Wu Yuezhou, Zhang Siling, Li Pengfei
School of Computer Science, Civil Aviation Flight University of China, Guanghan, 618307, China.
Sci Rep. 2025 Mar 14;15(1):8855. doi: 10.1038/s41598-025-89758-8.
With the widespread adoption of interactive machine applications, Emotion Recognition in Conversations (ERC) technology has garnered increasing attention. Although existing methods have improved recognition accuracy by integrating structured data, language barriers and the scarcity of non-English resources limit their cross-lingual applications. In light of this, the MERC-PLTAF method proposed in this paper innovatively focuses on multimodal emotion recognition in conversations, aiming to overcome the limitations of single modality and language barriers through refined feature extraction and a sophisticated cross-fusion strategy. We conducted extensive validation on multiple English and Chinese datasets, and the experimental results demonstrate that this method not only significantly improves emotion recognition accuracy but also exhibits exceptional performance on the Chinese M3ED dataset, paving a new path for cross-lingual emotion recognition. This research not only advances the boundaries of emotion recognition technology but also lays a solid theoretical foundation and practical framework for creating more intelligent and human-centric interactive experiences.

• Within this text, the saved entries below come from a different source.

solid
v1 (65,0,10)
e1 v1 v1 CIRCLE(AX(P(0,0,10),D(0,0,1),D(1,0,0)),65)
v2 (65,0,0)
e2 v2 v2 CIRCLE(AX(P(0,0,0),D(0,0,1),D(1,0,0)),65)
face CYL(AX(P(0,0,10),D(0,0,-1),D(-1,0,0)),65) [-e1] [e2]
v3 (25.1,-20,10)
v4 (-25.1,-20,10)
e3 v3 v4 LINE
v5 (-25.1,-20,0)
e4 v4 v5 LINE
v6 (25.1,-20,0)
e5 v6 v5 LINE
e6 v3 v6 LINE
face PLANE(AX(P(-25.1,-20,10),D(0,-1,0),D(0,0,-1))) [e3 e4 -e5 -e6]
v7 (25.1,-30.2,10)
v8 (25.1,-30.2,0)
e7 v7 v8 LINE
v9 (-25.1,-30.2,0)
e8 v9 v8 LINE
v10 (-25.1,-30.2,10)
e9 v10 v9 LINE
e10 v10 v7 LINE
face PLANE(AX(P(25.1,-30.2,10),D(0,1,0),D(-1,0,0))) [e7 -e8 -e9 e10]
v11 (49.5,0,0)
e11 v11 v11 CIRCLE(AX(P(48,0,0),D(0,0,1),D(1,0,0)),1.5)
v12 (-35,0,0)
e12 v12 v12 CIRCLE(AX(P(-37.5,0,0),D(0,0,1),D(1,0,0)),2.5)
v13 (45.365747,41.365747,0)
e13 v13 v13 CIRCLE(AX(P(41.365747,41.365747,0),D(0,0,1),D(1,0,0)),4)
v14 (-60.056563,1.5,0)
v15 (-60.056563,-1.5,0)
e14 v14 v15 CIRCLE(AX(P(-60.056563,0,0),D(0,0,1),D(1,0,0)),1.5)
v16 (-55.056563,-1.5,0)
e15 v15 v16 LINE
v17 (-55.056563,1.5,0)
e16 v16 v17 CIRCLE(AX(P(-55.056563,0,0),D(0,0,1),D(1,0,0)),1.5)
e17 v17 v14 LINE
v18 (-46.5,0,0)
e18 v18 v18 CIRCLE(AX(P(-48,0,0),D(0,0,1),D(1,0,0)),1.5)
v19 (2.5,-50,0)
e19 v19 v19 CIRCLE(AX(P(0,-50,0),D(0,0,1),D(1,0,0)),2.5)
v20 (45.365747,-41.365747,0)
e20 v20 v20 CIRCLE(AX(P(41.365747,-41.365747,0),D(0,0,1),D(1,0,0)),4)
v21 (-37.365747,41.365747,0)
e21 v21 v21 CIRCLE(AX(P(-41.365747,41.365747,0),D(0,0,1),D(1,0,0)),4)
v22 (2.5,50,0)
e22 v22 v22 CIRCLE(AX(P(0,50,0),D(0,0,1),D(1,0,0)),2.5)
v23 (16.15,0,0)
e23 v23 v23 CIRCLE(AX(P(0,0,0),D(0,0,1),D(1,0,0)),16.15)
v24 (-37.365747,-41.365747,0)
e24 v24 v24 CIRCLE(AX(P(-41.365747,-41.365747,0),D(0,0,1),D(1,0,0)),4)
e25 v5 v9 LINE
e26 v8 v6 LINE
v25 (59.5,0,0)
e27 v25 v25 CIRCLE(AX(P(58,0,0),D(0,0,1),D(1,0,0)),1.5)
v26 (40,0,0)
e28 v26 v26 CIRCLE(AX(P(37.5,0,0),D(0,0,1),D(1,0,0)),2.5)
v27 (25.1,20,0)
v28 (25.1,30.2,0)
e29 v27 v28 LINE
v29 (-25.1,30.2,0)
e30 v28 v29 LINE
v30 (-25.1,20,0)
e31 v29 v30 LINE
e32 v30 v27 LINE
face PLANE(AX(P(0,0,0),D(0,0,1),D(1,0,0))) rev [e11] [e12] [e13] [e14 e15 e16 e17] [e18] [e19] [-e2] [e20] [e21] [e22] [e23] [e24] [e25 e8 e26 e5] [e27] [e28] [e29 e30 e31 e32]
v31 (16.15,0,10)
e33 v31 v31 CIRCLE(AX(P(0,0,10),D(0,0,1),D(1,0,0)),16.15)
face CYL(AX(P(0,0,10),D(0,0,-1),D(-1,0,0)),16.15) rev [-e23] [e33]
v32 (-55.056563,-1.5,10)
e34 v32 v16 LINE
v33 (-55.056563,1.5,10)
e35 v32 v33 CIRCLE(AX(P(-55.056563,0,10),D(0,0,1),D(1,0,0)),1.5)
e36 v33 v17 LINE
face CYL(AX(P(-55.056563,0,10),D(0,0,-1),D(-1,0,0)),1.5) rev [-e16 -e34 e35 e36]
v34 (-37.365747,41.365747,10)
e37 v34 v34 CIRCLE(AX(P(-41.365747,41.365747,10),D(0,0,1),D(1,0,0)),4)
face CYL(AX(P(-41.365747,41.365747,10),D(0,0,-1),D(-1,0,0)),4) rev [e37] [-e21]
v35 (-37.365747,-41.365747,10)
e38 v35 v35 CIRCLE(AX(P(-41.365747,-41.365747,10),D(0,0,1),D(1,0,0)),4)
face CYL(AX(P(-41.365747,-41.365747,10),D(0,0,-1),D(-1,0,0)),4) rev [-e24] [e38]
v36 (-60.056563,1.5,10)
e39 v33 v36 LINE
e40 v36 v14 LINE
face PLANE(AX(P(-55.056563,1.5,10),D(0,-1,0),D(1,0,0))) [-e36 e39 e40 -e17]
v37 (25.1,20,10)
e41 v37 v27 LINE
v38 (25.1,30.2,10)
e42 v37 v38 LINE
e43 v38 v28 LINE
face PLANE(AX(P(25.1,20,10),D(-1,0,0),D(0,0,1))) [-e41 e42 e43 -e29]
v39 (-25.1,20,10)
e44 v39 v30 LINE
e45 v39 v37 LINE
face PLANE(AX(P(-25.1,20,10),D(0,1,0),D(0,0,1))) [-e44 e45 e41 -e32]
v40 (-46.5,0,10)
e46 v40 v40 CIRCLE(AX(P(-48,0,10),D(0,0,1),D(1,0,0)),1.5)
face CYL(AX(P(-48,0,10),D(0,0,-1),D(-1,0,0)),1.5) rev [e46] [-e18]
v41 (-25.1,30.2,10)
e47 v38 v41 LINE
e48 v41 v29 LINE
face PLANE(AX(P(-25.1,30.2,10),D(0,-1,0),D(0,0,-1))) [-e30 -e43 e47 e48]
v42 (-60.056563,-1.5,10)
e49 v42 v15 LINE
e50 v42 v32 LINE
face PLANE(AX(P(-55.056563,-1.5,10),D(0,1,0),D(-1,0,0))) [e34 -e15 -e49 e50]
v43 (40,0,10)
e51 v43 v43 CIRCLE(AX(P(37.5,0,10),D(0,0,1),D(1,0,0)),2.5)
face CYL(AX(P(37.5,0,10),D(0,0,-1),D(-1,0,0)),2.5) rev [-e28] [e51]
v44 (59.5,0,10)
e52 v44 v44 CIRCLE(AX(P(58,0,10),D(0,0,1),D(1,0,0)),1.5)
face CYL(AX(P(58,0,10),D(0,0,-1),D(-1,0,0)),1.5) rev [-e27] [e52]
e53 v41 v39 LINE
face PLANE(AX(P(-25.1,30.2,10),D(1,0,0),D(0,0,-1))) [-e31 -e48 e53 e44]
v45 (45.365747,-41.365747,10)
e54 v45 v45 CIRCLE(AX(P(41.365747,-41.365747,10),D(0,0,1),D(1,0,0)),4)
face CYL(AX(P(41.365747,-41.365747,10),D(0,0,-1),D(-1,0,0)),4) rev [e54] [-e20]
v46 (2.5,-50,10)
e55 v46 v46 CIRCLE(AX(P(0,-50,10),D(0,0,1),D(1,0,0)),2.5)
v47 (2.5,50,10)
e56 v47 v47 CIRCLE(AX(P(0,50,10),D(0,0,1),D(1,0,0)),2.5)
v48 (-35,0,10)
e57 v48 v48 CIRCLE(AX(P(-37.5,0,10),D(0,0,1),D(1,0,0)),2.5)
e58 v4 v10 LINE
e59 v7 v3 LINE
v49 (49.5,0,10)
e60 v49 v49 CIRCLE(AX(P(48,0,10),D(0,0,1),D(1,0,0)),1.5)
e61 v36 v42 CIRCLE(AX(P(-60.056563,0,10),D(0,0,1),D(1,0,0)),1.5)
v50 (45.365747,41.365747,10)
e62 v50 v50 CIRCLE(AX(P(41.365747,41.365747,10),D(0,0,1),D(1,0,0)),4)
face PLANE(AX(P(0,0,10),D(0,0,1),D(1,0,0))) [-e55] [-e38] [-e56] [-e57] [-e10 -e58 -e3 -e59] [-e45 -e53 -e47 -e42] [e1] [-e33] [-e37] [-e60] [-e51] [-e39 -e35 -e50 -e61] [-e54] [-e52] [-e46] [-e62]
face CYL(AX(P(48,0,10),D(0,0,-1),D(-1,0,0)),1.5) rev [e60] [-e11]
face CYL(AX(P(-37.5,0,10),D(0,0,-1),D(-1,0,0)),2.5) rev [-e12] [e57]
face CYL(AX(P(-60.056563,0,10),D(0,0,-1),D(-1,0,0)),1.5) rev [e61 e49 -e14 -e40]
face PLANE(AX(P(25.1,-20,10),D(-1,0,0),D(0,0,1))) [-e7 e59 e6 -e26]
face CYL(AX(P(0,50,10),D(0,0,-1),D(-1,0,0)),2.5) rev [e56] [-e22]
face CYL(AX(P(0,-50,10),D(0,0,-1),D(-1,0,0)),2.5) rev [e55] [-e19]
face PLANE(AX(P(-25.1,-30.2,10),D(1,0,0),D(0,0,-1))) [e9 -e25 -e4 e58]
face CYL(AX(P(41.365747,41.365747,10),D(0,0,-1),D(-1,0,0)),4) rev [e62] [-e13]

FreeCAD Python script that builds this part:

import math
import FreeCAD as App
import Part
import Sketcher

V = App.Vector


def add_polygon(sketch, points):
    """Adds a closed chain of lines whose ends are joined by coincident constraints."""
    first, n = sketch.GeometryCount, len(points)
    for a, b in zip(points, points[1:] + points[:1]):
        sketch.addGeometry(Part.LineSegment(App.Vector(*a, 0), App.Vector(*b, 0)), False)
    for i in range(n):
        sketch.addConstraint(Sketcher.Constraint("Coincident", first + i, 2, first + (i + 1) % n, 1))

doc = App.newDocument("Part")
body = doc.addObject("PartDesign::Body", "Body")

sketch1 = body.newObject("Sketcher::SketchObject", "Sketch")
sketch1.AttachmentSupport = (doc.getObject("XY_Plane"), [""])
sketch1.MapMode = "FlatFace"
sketch1.addGeometry(Part.Circle(V(0, 0, 0), V(0, 0, 1), 65), False)
sketch1.addGeometry(Part.Circle(V(-41.4, -41.4, 0), V(0, 0, 1), 4), False)
sketch1.addGeometry(Part.Circle(V(0, -50, 0), V(0, 0, 1), 2.5), False)
sketch1.addGeometry(Part.Circle(V(41.4, -41.4, 0), V(0, 0, 1), 4), False)
add_polygon(sketch1, [(25.1, -30.2), (-25.1, -30.2), (-25.1, -20), (25.1, -20)])
sketch1.addGeometry(Part.ArcOfCircle(Part.Circle(V(-55.1, 0, 0), V(0, 0, 1), 1.5), math.radians(-90), math.radians(90)), False)
sketch1.addGeometry(Part.LineSegment(V(-55.1, -1.5, 0), V(-60.1, -1.5, 0)), False)
sketch1.addGeometry(Part.ArcOfCircle(Part.Circle(V(-60.1, 0, 0), V(0, 0, 1), 1.5), math.radians(90), math.radians(270)), False)
sketch1.addGeometry(Part.LineSegment(V(-60.1, 1.5, 0), V(-55.1, 1.5, 0)), False)
sketch1.addGeometry(Part.Circle(V(-48, 0, 0), V(0, 0, 1), 1.5), False)
sketch1.addGeometry(Part.Circle(V(-37.5, 0, 0), V(0, 0, 1), 2.5), False)
sketch1.addGeometry(Part.Circle(V(-41.4, 41.4, 0), V(0, 0, 1), 4), False)
sketch1.addGeometry(Part.Circle(V(0, 0, 0), V(0, 0, 1), 16.1), False)
add_polygon(sketch1, [(25.1, 20), (-25.1, 20), (-25.1, 30.2), (25.1, 30.2)])
sketch1.addGeometry(Part.Circle(V(37.5, 0, 0), V(0, 0, 1), 2.5), False)
sketch1.addGeometry(Part.Circle(V(48, 0, 0), V(0, 0, 1), 1.5), False)
sketch1.addGeometry(Part.Circle(V(58, 0, 0), V(0, 0, 1), 1.5), False)
sketch1.addGeometry(Part.Circle(V(0, 50, 0), V(0, 0, 1), 2.5), False)
sketch1.addGeometry(Part.Circle(V(41.4, 41.4, 0), V(0, 0, 1), 4), False)
sketch1.addConstraint(Sketcher.Constraint("Tangent", 8, 1, 9, 1))
sketch1.addConstraint(Sketcher.Constraint("Tangent", 9, 2, 10, 2))
sketch1.addConstraint(Sketcher.Constraint("Tangent", 10, 1, 11, 1))
sketch1.addConstraint(Sketcher.Constraint("Tangent", 11, 2, 8, 2))
sketch1.addConstraint(Sketcher.Constraint("Horizontal", 4))
sketch1.addConstraint(Sketcher.Constraint("Vertical", 5))
sketch1.addConstraint(Sketcher.Constraint("Horizontal", 6))
sketch1.addConstraint(Sketcher.Constraint("Vertical", 7))
sketch1.addConstraint(Sketcher.Constraint("Horizontal", 9))
sketch1.addConstraint(Sketcher.Constraint("Horizontal", 11))
sketch1.addConstraint(Sketcher.Constraint("Horizontal", 16))
sketch1.addConstraint(Sketcher.Constraint("Vertical", 17))
sketch1.addConstraint(Sketcher.Constraint("Horizontal", 18))
sketch1.addConstraint(Sketcher.Constraint("Vertical", 19))
sketch1.addConstraint(Sketcher.Constraint("Coincident", 0, 3, -1, 1))
sketch1.addConstraint(Sketcher.Constraint("Coincident", 15, 3, -1, 1))
sketch1.addConstraint(Sketcher.Constraint("Equal", 1, 3))
sketch1.addConstraint(Sketcher.Constraint("Equal", 10, 12))
sketch1.addConstraint(Sketcher.Constraint("Equal", 2, 13))
sketch1.addConstraint(Sketcher.Constraint("Equal", 3, 14))
sketch1.addConstraint(Sketcher.Constraint("Equal", 13, 20))
sketch1.addConstraint(Sketcher.Constraint("Equal", 12, 21))
sketch1.addConstraint(Sketcher.Constraint("Equal", 21, 22))
sketch1.addConstraint(Sketcher.Constraint("Equal", 20, 23))
sketch1.addConstraint(Sketcher.Constraint("Equal", 14, 24))
sketch1.addConstraint(Sketcher.Constraint("Symmetric", 3, 3, 14, 3, -1, 1))
sketch1.addConstraint(Sketcher.Constraint("Symmetric", 13, 3, 20, 3, -1, 1))
sketch1.addConstraint(Sketcher.Constraint("Symmetric", 12, 3, 21, 3, -1, 1))
sketch1.addConstraint(Sketcher.Constraint("Symmetric", 2, 3, 23, 3, -1, 1))
sketch1.addConstraint(Sketcher.Constraint("Symmetric", 1, 3, 24, 3, -1, 1))
sketch1.addConstraint(Sketcher.Constraint("Symmetric", 6, 2, 16, 2, -1, 1))
sketch1.addConstraint(Sketcher.Constraint("Symmetric", 4, 2, 18, 2, -1, 1))
sketch1.addConstraint(Sketcher.Constraint("Symmetric", 1, 3, 3, 3, -2))
sketch1.addConstraint(Sketcher.Constraint("PointOnObject", 2, 3, -2))
sketch1.addConstraint(Sketcher.Constraint("PointOnObject", 8, 3, -1))
sketch1.addConstraint(Sketcher.Constraint("PointOnObject", 12, 3, -1))
sketch1.addConstraint(Sketcher.Constraint("PointOnObject", 13, 3, -1))
sketch1.addConstraint(Sketcher.Constraint("PointOnObject", 22, 3, -1))
sketch1.addConstraint(Sketcher.Constraint("Vertical", 5, 2, 16, 2))
sketch1.addConstraint(Sketcher.Constraint("Diameter", 0, 130.0))
sketch1.addConstraint(Sketcher.Constraint("Diameter", 1, 8.0))
sketch1.addConstraint(Sketcher.Constraint("Diameter", 2, 5.0))
sketch1.addConstraint(Sketcher.Constraint("Diameter", 12, 3.0))
sketch1.addConstraint(Sketcher.Constraint("Diameter", 15, 32.3))
sketch1.addConstraint(Sketcher.Constraint("DistanceX", 9, 2, 9, 1, 5.0))
sketch1.addConstraint(Sketcher.Constraint("DistanceX", 4, 2, 4, 1, 50.2))
sketch1.addConstraint(Sketcher.Constraint("DistanceY", 5, 1, 5, 2, 10.2))
sketch1.addConstraint(Sketcher.Constraint("DistanceY", 2, 3, -1, 1, 50.0))
sketch1.addConstraint(Sketcher.Constraint("DistanceX", 12, 3, -1, 1, 48.0))
sketch1.addConstraint(Sketcher.Constraint("DistanceX", -1, 1, 22, 3, 58.0))
sketch1.addConstraint(Sketcher.Constraint("DistanceY", 5, 2, -1, 1, 20.0))
sketch1.addConstraint(Sketcher.Constraint("DistanceX", 13, 3, 20, 3, 75.0))
sketch1.addConstraint(Sketcher.Constraint("DistanceX", 8, 3, 3, 3, 96.42231))
sketch1.addConstraint(Sketcher.Constraint("DistanceX", 1, 3, -1, 1, 41.365747))
sketch1.addConstraint(Sketcher.Constraint("DistanceY", 1, 3, -1, 1, 41.365747))
pad1 = body.newObject("PartDesign::Pad", "Pad")
pad1.Profile = sketch1
pad1.Length = 10

doc.recompute()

随着交互式机器应用的广泛采用,对话中的情感识别(ERC)技术受到了越来越多的关注。尽管现有方法通过整合结构化数据提高了识别准确率,但语言障碍和非英语资源的稀缺限制了它们的跨语言应用。鉴于此,本文提出的MERC-PLTAF方法创新性地专注于对话中的多模态情感识别,旨在通过精细的特征提取和复杂的交叉融合策略克服单模态的局限性和语言障碍。我们在多个英文和中文数据集上进行了广泛的验证,实验结果表明,该方法不仅显著提高了情感识别准确率,而且在中国M3ED数据集上表现出色,为跨语言情感识别开辟了一条新路径。这项研究不仅拓展了情感识别技术的边界,也为创造更智能、以人类为中心的交互体验奠定了坚实的理论基础和实践框架。